Further measurements included the conduit efficiency (CE), which represents the capacity of the wood anatomy to hydraulically supply the leaf canopy (Kocacinar & Sage 2003). This value was obtained by dividing the sum of the fourth power of all conduits extrapolated to the whole xylem area with the leaf area supplied by these conduits. Leaf-specific porosity (LSP) represents the porosity of the xylem indexed to the leaf area and was calculated as the total vessel lumen area divided by total leaf area (Kocacinar & Sage 2003). To obtain vessel lengths, three to six stems per species were infiltrated using the paint-infusion method (Zimmermann & Jeje 1981; Kocacinar & Sage 2003). All paint-filled vessels were then counted every 2 cm, and these were used to estimate conduit lengths.

Data analysis

Data for all Flaveria species were grouped into six photosynthetic categories (C3, type I C3–C4, type II C3–C4, C4-like, perennial C4 and annual C4). This does not represent common evolutionary lineages in Flaveria (see McKown et al. 2005), but is useful for interpreting overall patterns among photosynthetic types. Data were statistically tested using SigmaStat software (SYSTAT Software, Richmond, CA, USA). Mean values of Kh, KS, KL, WUE and the Huber value were compared for each photosynthetic category using a one-way analysis of variance (anova) followed by Tukey's or Dunn's (when equal variance failed) post hoc tests. Mean species values for KL and WUE were analysed for significant correlation using the least-squares regression routine in the SigmaPlot programme (Systat Software, Point Richmond, CA, USA).
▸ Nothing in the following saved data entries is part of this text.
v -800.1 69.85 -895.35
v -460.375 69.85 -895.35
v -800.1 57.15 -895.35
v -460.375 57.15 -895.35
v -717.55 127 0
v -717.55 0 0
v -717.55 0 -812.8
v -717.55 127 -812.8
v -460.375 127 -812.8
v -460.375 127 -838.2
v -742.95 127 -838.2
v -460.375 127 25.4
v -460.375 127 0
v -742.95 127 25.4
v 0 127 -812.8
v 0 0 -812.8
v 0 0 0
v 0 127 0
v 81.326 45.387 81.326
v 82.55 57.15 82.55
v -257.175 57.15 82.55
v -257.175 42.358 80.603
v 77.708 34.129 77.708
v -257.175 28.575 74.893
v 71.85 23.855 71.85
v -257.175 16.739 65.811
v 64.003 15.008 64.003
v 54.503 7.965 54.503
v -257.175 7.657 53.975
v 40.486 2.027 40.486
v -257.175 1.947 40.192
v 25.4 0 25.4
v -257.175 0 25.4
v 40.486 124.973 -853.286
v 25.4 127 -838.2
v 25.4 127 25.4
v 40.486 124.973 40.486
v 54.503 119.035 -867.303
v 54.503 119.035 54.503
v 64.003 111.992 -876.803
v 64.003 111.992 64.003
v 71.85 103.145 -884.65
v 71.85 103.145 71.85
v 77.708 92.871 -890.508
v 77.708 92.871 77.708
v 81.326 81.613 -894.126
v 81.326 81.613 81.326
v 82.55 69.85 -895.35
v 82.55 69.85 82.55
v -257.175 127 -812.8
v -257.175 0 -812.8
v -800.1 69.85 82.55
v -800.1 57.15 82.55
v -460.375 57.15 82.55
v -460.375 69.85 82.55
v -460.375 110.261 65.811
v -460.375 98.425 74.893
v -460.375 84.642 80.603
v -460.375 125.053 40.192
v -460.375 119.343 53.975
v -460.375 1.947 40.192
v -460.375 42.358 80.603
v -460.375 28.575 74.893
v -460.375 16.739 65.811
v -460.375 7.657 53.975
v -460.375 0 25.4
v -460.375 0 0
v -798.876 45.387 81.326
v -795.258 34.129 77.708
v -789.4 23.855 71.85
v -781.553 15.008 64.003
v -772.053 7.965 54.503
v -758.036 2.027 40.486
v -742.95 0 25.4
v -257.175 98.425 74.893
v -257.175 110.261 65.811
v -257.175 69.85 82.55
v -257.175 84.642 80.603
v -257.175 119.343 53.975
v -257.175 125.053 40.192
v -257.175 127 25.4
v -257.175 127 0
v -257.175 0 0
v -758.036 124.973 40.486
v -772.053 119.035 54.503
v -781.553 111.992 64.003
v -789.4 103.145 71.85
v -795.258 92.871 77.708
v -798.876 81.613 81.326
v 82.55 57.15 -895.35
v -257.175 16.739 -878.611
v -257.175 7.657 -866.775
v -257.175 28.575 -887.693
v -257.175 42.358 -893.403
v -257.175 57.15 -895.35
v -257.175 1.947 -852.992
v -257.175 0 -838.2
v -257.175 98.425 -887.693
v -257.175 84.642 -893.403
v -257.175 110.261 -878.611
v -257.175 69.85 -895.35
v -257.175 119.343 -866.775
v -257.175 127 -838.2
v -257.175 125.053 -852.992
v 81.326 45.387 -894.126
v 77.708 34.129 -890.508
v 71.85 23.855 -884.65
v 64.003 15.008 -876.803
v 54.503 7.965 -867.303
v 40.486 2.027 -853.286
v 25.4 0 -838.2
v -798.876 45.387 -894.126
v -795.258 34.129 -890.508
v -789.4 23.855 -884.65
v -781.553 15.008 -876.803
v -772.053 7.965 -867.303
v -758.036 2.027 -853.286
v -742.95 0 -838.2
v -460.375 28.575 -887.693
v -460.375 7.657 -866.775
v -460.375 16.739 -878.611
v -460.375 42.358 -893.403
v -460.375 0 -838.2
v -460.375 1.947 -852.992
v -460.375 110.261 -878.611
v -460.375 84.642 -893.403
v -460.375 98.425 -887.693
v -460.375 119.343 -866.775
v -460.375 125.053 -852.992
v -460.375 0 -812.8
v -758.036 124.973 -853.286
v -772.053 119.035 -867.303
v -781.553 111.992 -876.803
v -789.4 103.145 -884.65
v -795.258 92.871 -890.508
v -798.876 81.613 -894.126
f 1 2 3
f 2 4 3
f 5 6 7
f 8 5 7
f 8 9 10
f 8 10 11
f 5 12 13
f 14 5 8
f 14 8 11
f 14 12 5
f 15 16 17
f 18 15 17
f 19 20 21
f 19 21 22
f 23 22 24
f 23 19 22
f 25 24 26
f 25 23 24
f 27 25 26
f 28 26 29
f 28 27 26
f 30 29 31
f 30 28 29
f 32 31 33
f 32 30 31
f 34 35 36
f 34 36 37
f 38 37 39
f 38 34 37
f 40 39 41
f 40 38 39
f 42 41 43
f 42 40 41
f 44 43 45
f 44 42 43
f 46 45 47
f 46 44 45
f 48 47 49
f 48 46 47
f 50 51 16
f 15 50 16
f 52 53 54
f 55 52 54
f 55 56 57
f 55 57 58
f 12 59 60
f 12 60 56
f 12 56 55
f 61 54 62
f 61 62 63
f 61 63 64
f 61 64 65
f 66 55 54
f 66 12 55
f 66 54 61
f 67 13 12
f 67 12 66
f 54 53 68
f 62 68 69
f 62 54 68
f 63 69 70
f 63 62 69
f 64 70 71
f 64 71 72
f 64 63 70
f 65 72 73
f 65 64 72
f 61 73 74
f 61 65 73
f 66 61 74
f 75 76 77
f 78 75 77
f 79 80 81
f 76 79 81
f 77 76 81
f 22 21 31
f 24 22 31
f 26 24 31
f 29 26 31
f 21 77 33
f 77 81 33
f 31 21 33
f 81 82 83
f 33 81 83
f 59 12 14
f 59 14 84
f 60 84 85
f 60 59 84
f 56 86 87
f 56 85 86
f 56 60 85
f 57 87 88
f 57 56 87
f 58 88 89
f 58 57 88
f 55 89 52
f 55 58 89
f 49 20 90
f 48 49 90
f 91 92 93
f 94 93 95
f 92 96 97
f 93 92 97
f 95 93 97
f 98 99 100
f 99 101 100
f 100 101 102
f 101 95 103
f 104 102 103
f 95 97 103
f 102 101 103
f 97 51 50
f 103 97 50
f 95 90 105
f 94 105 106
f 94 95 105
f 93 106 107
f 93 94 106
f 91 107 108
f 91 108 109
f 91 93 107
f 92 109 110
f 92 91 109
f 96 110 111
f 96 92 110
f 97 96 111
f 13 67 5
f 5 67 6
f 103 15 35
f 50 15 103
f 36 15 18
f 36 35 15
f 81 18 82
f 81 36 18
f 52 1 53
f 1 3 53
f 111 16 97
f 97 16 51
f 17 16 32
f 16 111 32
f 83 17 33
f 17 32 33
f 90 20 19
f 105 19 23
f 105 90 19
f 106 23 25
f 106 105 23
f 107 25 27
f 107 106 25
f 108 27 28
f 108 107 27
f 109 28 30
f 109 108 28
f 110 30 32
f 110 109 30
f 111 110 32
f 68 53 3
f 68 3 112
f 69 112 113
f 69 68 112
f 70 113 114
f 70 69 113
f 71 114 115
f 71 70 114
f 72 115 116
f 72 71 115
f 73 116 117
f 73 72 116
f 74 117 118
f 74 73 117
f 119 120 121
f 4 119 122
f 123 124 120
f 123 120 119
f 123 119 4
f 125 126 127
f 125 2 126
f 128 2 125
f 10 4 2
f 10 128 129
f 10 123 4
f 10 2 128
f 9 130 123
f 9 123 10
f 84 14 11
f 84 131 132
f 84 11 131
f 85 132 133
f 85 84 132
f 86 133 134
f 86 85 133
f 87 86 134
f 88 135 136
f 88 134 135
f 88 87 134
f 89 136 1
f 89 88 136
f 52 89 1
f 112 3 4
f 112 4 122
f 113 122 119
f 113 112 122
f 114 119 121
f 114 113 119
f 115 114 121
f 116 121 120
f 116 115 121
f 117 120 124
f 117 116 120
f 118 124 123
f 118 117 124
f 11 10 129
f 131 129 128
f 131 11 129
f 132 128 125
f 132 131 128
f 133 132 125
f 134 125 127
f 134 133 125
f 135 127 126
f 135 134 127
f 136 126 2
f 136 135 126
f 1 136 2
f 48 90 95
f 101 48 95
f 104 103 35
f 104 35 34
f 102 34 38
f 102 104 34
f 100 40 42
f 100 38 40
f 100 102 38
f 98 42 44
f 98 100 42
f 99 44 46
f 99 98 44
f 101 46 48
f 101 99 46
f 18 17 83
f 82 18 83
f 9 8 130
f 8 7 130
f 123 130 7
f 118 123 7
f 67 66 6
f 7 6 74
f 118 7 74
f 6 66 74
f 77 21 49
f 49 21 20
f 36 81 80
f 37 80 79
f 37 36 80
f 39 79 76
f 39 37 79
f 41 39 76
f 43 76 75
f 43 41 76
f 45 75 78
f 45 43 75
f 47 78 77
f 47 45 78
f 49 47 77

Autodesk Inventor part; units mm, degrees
ref_plane "YZ Plane" through (0, 0, 0) normal (1, 0, 0) x (0, 1, 0)
ref_plane "XZ Plane" through (0, 0, 0) normal (0, 1, 0) x (-1, 0, 0)
sketch "Sketch1" plane through (0, 0, 0) normal (0, 1, 0) x (-1, 0, 0)
  line L0 (0, 0) -> (717.55, 0)
  line L1 (717.55, 0) -> (717.55, -812.8)
  line L2 (717.55, -812.8) -> (0, -812.8)
  line L3 (0, -812.8) -> (0, 0)
  line L4 (800.1, -895.35) -> (800.1, 82.55)
  line L5 (800.1, 82.55) -> (-82.55, 82.55)
  line L6 (-82.55, 82.55) -> (-82.55, -895.35)
  line L7 (-82.55, -895.35) -> (800.1, -895.35)
  dimension "d0" = 812.8
  dimension "d1" = 717.55
  dimension "d2" = 82.55
extrude "Extrusion1" add sketch "Sketch1" along normal blind 127
fillet "Fillet1" radius 57.15 8 edges at (82.55, 127, -406.4) (82.55, 0, -406.4) (-358.775, 0, 82.55) (-358.775, 127, 82.55) (-358.775, 127, -895.35) (-358.775, 0, -895.35) (-800.1, 127, -406.4) (-800.1, 0, -406.4)
sketch "Sketch2" plane through (0, 0, 0) normal (0, 0, -1) x (-1, 0, 0)
  line L0 (717.55, 0) -> (0, 0) projected
  line L1 (717.55, 0) -> (717.55, 127) projected
  line L2 (0, 127) -> (717.55, 127) projected
  line L3 (0, 0) -> (0, 127) projected
  line L4 (460.375, 127) -> (460.375, 0)
  line L5 (717.55, 0) -> (0, 0) projected
  line L6 (0, 127) -> (717.55, 127) projected
  line L7 (257.175, 127) -> (257.175, 0)
  line L8 (358.775, 0) -> (358.775, 127)
  dimension "d6" = 203.2
extrude "Extrusion2" cut sketch "Sketch2" against normal blind 127 contours L0 L8 L2 L4 | L0 L7 L2 L8
ref_plane "Work Plane1" through (-800.1, 57.15, -406.4) normal (0, 0, 1) x (1, 0, 0)
mirror "Mirror1" about plane through (-800.1, 57.15, -406.4) normal (0, 0, 1) of "Extrusion2"
properties part number "Bumbers.ver1-1111-2019" material "Nylon 6/6"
The relationship between KL and WUE was re-tested with correction for species relationships using Mesquite v. 2.0 software (Mesquite Software Inc., Austin, TX, USA) (Maddison & Maddison 2006). This method calculated ‘phylogenetically independent contrasts’ for each node in the phylogenetic tree by estimating the difference between trait values of each species and/or nodes and by correcting these differences for distance between species and/or nodes in the phylogeny (Felsenstein 1985; Midford, Garland & Maddison 2005). In this study, distance was based on branch lengths from a three-gene marker analysis (McKown et al. 2005). Contrasts were generated using the independent contrast PDAP:PDTREE module v. 1.09 (Midford et al. 2005) with Mesquite. The Pearson product–moment correlation test was used to test for significant correlation between KL contrasts and WUE contrasts. A least-squares regression of the scatterplot of the independent contrast pairs (KL and WUE contrasts) was generated to report the relationship between both variables corrected for phylogenetic history. A second analysis using Mesquite reconstructed KL and WUE variables on the Flaveria phylogeny and predicted ancestral states of these traits (simulated by parsimony).

RESULTS

Hydraulic properties and water use efficiency

Stem hydraulic conductivity (Kh) was two to five times greater in the C3 and annual C4Flaveria species than in the C3–C4, C4-like and perennial C4Flaveria species (Fig. 2a, Table 2). Little difference in Kh was observed among the C3 species, whereas the annual C4 species had almost fourfold greater Kh than the perennial C4F. kochiana (Table 2). Trends in stem xylem-specific conductivity (KS) were similar to Kh (Fig. 2b, Table 2). KS was greatest in the C3 species and the annual C4F. bidentis, and lowest in the C4-like species. The intermediate and perennial C4 species had KS values that were in between the C3 and C4-like species. Leaf-specific conductivity (KL) showed significant differences between C3 species and the intermediate and C4 species (Fig. 2c, Table 2). The C3 species had the greatest KL values, while the C4-like species and perennial C4F. kochiana had the lowest KL values. C3–C4 species and annual C4 species had similar KL values that fell between the C3 and the perennial C4 and C4-like species. Mean KL was 1.7 times higher in the C3 species than in the annual C4 species, 3.1 times greater in the C3 species than in the perennial C4F. kochiana and 5.5 times greater in the C3 species than in the C4-like species. Huber values varied little between the groups of species, with the exception of the type II intermediates which had higher values than the C4-like and C4 species (Table 2).

Figure 2.

Conductivity parameters in C3, type I C3–C4, type II C3–C4, C4-like, perennial C4 and annual C4Flaveria species. (a) Stem hydraulic conductivity (Kh); (b) xylem-specific conductivity (KS); (c) leaf-specific conductivity (KL). Means ± SE of 6–14 samples per species, except in two cases where n = 5 and 19.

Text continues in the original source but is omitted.